CNS drugs2025-01-05PubMed
Total: 80.0Innovation: 8Impact: 8Rigor: 8Citation: 8

Summary

In a multicenter PROBE RCT (n=272) of non-cardiogenic AIS within 24 hours, evolocumab plus atorvastatin reduced early neurological deterioration versus atorvastatin alone (13.2% vs 24.3%; p=0.010), increased day-7 LDL-C target attainment (74.3% vs 14.7%; p=0.001), attenuated IL-6 rise, and improved 90-day functional outcomes (mRS ≤2: 83.1% vs 65.4%). Safety profiles were comparable.

Key Findings

  • Early neurological deterioration was lower with evolocumab plus atorvastatin vs atorvastatin alone (13.2% vs 24.3%; p=0.010).
  • LDL-C target attainment on day 7 was markedly higher with evolocumab (74.3% vs 14.7%; p=0.001).
  • IL-6 increase over 7 days was attenuated in the evolocumab group (p=0.033), and 90-day mRS ≤2 was more frequent (83.1% vs 65.4%; p=0.001).

Clinical Implications

For selected AIS patients within 24 hours, adding evolocumab to high-intensity statin therapy may reduce early neurological worsening and improve short-term function.
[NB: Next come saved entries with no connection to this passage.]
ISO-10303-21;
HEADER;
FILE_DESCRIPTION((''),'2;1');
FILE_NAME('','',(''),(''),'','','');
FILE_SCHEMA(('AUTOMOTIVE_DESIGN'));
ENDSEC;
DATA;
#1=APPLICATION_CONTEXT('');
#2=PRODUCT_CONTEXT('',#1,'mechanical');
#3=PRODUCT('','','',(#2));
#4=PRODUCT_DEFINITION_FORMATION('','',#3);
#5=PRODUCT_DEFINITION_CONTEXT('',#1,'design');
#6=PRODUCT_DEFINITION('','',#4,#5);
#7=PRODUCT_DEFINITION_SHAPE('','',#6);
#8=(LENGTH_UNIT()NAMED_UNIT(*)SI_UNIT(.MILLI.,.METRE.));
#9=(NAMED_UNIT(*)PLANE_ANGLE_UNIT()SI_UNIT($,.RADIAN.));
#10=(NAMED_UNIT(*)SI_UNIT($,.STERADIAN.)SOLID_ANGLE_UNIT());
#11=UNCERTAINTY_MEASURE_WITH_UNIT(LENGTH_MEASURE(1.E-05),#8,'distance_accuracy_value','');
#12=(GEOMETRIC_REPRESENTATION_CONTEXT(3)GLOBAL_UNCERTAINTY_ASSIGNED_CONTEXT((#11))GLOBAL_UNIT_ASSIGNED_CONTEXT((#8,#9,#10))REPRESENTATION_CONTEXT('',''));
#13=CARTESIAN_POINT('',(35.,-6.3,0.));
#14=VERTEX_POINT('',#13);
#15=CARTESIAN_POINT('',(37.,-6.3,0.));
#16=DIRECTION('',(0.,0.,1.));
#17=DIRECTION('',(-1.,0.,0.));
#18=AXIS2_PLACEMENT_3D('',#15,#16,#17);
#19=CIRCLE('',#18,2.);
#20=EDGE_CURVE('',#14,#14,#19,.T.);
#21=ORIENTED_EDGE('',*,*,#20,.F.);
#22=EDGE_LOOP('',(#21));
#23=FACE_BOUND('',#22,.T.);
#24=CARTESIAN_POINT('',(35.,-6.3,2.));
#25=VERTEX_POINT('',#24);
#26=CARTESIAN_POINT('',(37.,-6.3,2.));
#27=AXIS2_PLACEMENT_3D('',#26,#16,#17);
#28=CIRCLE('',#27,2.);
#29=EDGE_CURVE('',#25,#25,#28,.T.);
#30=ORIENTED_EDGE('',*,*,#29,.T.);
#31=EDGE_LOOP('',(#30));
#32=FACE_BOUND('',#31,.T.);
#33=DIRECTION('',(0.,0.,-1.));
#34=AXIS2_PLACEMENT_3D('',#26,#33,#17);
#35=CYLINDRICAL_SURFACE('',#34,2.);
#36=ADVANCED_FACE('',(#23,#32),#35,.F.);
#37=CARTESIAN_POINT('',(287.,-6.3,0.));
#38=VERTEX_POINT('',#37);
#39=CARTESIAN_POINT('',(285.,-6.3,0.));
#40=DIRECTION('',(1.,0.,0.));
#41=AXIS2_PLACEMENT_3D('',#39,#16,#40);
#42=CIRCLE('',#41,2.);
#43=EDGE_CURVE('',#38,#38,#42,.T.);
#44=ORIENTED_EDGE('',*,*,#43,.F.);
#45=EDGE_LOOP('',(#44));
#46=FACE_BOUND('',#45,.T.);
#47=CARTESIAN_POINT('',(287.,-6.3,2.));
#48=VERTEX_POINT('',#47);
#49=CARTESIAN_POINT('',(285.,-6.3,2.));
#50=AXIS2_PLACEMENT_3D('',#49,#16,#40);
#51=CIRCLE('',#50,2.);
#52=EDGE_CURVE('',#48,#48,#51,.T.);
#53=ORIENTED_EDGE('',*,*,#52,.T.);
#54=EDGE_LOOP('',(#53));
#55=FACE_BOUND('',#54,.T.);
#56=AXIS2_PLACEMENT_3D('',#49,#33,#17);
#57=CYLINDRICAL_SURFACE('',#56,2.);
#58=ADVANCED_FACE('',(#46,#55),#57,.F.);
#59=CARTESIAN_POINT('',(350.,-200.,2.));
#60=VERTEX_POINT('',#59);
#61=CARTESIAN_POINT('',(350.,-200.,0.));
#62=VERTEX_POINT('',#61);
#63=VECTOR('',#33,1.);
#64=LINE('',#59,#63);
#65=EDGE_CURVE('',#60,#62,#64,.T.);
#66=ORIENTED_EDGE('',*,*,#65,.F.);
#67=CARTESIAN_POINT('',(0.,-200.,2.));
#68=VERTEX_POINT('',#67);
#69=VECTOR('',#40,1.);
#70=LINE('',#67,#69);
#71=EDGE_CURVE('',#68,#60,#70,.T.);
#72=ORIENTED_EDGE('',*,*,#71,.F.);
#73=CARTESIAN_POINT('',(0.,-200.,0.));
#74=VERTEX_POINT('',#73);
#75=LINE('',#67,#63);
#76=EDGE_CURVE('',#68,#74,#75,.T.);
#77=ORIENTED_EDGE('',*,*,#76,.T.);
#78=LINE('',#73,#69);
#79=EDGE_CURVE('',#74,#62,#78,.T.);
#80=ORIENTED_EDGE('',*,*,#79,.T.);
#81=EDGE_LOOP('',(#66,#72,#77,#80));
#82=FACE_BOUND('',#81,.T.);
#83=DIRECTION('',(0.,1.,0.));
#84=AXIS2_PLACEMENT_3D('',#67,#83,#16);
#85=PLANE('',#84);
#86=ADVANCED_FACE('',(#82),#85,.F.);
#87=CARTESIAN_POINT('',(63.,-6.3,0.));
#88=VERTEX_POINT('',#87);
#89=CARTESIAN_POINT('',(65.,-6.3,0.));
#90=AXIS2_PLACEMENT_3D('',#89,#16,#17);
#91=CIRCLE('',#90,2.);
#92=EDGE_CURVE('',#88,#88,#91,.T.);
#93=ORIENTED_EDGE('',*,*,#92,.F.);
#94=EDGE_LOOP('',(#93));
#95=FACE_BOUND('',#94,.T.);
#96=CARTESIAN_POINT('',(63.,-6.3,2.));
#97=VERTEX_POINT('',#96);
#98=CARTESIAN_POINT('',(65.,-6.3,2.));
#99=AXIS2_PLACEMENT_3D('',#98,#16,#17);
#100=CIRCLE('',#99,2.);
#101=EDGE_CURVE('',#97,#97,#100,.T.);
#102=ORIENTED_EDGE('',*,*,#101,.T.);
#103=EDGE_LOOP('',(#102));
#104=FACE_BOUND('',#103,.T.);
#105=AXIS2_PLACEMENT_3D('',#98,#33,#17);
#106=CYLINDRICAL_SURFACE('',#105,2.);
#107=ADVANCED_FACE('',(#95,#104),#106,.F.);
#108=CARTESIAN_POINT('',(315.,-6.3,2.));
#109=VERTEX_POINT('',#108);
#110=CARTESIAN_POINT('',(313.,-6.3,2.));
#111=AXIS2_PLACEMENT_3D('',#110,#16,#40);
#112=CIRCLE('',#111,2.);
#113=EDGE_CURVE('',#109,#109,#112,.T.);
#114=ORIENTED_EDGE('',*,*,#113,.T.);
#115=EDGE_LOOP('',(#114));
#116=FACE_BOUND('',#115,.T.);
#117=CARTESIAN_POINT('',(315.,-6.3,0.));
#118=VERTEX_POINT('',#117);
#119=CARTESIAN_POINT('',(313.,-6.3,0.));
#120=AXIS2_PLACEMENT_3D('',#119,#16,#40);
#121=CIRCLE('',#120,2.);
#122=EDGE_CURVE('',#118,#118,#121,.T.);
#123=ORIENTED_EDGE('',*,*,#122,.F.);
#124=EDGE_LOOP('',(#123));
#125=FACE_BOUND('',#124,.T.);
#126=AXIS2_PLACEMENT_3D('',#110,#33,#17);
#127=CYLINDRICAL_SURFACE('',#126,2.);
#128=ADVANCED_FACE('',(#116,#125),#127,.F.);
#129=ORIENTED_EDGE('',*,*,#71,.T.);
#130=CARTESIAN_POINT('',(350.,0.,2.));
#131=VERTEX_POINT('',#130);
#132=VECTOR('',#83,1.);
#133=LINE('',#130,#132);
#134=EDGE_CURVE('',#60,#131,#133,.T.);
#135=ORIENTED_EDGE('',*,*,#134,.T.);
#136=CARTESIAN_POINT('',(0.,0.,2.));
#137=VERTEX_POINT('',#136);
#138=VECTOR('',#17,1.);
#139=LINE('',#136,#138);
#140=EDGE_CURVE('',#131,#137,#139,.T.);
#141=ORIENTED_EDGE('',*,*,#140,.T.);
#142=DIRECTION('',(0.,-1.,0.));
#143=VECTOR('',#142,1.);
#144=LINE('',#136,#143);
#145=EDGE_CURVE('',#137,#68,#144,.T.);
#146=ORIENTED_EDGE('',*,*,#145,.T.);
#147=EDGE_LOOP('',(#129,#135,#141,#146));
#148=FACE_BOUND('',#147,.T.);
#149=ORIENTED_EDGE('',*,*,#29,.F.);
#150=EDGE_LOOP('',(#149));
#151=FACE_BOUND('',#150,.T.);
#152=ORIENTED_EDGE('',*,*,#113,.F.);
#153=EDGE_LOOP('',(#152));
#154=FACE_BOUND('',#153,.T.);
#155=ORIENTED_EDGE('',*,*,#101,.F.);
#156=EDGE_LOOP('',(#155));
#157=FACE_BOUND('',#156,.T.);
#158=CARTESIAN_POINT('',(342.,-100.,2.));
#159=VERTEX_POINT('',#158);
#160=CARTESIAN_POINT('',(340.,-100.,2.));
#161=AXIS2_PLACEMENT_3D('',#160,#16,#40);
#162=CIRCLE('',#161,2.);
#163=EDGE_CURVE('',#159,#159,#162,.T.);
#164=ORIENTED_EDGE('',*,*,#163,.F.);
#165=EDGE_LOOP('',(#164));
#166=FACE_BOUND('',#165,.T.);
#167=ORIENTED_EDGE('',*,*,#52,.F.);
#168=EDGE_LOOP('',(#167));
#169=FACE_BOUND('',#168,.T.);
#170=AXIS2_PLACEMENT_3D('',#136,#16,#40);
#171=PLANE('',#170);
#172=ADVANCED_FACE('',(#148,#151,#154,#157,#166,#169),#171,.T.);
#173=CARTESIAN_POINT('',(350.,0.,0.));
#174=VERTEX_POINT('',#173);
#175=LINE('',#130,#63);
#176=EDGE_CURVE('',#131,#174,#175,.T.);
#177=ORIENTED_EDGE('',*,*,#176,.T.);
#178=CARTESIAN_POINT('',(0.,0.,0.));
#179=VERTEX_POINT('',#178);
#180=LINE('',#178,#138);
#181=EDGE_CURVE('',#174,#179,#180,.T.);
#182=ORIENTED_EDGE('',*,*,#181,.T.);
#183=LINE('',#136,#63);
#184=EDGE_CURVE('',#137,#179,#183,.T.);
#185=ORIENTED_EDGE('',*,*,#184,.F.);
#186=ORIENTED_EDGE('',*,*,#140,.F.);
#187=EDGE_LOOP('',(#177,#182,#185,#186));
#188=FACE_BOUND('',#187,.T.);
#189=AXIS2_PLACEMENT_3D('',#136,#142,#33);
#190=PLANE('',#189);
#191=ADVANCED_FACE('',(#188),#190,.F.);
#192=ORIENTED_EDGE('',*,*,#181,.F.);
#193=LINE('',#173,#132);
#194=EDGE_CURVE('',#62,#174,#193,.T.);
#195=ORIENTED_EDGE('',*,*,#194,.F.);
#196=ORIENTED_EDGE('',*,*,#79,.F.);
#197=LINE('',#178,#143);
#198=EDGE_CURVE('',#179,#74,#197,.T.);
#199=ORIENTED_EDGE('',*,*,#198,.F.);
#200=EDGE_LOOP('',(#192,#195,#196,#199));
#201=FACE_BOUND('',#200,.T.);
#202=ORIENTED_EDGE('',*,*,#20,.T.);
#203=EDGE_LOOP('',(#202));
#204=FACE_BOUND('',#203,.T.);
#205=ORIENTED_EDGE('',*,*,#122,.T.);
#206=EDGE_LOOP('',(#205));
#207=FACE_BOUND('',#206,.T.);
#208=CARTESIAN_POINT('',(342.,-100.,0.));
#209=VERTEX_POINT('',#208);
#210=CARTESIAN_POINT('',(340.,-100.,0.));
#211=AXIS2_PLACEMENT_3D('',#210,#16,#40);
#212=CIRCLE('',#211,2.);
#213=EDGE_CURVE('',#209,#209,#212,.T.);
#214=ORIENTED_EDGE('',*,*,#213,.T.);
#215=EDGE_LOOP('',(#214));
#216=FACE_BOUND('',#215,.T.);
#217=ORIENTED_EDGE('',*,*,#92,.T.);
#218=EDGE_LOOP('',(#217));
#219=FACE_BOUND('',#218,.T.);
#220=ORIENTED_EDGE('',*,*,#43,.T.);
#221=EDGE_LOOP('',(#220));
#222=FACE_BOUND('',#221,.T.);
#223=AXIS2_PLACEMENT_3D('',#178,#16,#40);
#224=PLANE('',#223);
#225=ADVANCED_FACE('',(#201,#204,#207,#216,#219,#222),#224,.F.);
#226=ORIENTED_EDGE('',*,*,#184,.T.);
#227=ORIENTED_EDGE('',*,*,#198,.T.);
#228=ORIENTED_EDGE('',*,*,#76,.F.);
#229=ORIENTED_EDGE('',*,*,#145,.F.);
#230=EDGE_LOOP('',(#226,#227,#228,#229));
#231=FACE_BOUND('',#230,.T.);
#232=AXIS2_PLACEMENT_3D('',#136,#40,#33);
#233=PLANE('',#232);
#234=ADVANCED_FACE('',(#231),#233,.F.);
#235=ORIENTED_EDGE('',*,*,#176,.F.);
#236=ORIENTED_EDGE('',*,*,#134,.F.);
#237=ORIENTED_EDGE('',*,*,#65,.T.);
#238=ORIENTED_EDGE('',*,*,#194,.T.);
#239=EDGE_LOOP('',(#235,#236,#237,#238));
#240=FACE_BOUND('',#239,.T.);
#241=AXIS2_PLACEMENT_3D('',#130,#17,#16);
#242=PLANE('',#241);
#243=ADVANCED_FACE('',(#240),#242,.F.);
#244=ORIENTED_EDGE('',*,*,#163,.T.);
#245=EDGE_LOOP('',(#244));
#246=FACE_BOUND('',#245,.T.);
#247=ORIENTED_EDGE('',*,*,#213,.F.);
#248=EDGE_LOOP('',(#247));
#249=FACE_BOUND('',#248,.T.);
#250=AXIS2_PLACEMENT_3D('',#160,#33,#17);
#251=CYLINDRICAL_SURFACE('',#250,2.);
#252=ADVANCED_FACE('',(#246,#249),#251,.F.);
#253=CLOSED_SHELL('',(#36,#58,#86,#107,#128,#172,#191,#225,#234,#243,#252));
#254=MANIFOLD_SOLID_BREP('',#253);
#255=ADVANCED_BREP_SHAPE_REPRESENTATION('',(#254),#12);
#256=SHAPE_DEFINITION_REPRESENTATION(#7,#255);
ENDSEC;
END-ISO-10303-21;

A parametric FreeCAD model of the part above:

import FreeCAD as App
import Part
import Sketcher

V = App.Vector
Q = App.Units.Quantity

doc = App.newDocument("Part")
body = doc.addObject("PartDesign::Body", "Body")

# Sketch on XY plane
sketch1 = body.newObject("Sketcher::SketchObject", "Sketch")
sketch1.AttachmentSupport = (doc.getObject("XY_Plane"), [""])
sketch1.MapMode = "FlatFace"
sketch1.addGeometry(Part.LineSegment(V(0, 0, 0), V(0, -200, 0)), False)
sketch1.addGeometry(Part.LineSegment(V(0, -200, 0), V(350, -200, 0)), False)
sketch1.addGeometry(Part.LineSegment(V(350, -200, 0), V(350, 0, 0)), False)
sketch1.addGeometry(Part.LineSegment(V(350, 0, 0), V(0, 0, 0)), False)
sketch1.addGeometry(Part.Circle(V(340, -100, 0), V(0, 0, 1), 2), False)
sketch1.addGeometry(Part.Circle(V(37, -6.3, 0), V(0, 0, 1), 2), False)
sketch1.addGeometry(Part.Circle(V(65, -6.3, 0), V(0, 0, 1), 2), False)
sketch1.addGeometry(Part.Circle(V(285, -6.3, 0), V(0, 0, 1), 2), False)
sketch1.addGeometry(Part.Circle(V(313, -6.3, 0), V(0, 0, 1), 2), False)
sketch1.addConstraint(Sketcher.Constraint("Coincident", 0, 2, 1, 1))
sketch1.addConstraint(Sketcher.Constraint("Coincident", 1, 2, 2, 1))
sketch1.addConstraint(Sketcher.Constraint("Coincident", 2, 2, 3, 1))
sketch1.addConstraint(Sketcher.Constraint("Coincident", 3, 2, 0, 1))
sketch1.addConstraint(Sketcher.Constraint("Vertical", 0))
sketch1.addConstraint(Sketcher.Constraint("Horizontal", 1))
sketch1.addConstraint(Sketcher.Constraint("Vertical", 2))
sketch1.addConstraint(Sketcher.Constraint("Horizontal", 3))
sketch1.addConstraint(Sketcher.Constraint("Coincident", 3, 2, -1, 1))
sketch1.addConstraint(Sketcher.Constraint("Equal", 4, 5))
sketch1.addConstraint(Sketcher.Constraint("Equal", 5, 6))
sketch1.addConstraint(Sketcher.Constraint("Equal", 6, 7))
sketch1.addConstraint(Sketcher.Constraint("Equal", 7, 8))
sketch1.addConstraint(Sketcher.Constraint("Horizontal", 5, 3, 6, 3))
sketch1.addConstraint(Sketcher.Constraint("Horizontal", 6, 3, 7, 3))
sketch1.addConstraint(Sketcher.Constraint("Horizontal", 7, 3, 8, 3))
sketch1.addConstraint(Sketcher.Constraint("Diameter", 4, Q("4 mm")))
sketch1.addConstraint(Sketcher.Constraint("DistanceX", 1, 1, 1, 2, Q("350 mm")))
sketch1.addConstraint(Sketcher.Constraint("DistanceY", 0, 2, 0, 1, Q("200 mm")))
sketch1.addConstraint(Sketcher.Constraint("DistanceX", -1, 1, 4, 3, Q("340 mm")))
Larger double-blind trials are warranted before guideline adoption.

Why It Matters

This is among the first randomized data supporting immediate PCSK9 inhibitor use in the acute stroke window, linking rapid LDL-C reduction and inflammatory modulation to early and 90-day outcomes.

Limitations

  • Open-label treatment may introduce performance bias.
  • Modest sample size and single-country setting; primary follow-up limited to 7 days (clinical outcomes to 90 days).

Future Directions

Conduct large, double-blind, placebo-controlled global RCTs to confirm efficacy, assess imaging biomarkers (e.g., plaque/penumbra), and evaluate optimal timing/dosing and generalizability.

Study Information

Study Type
RCT
Research Domain
Treatment
Evidence Level
I - Randomized clinical trial with blinded endpoint assessment (highest level for intervention efficacy).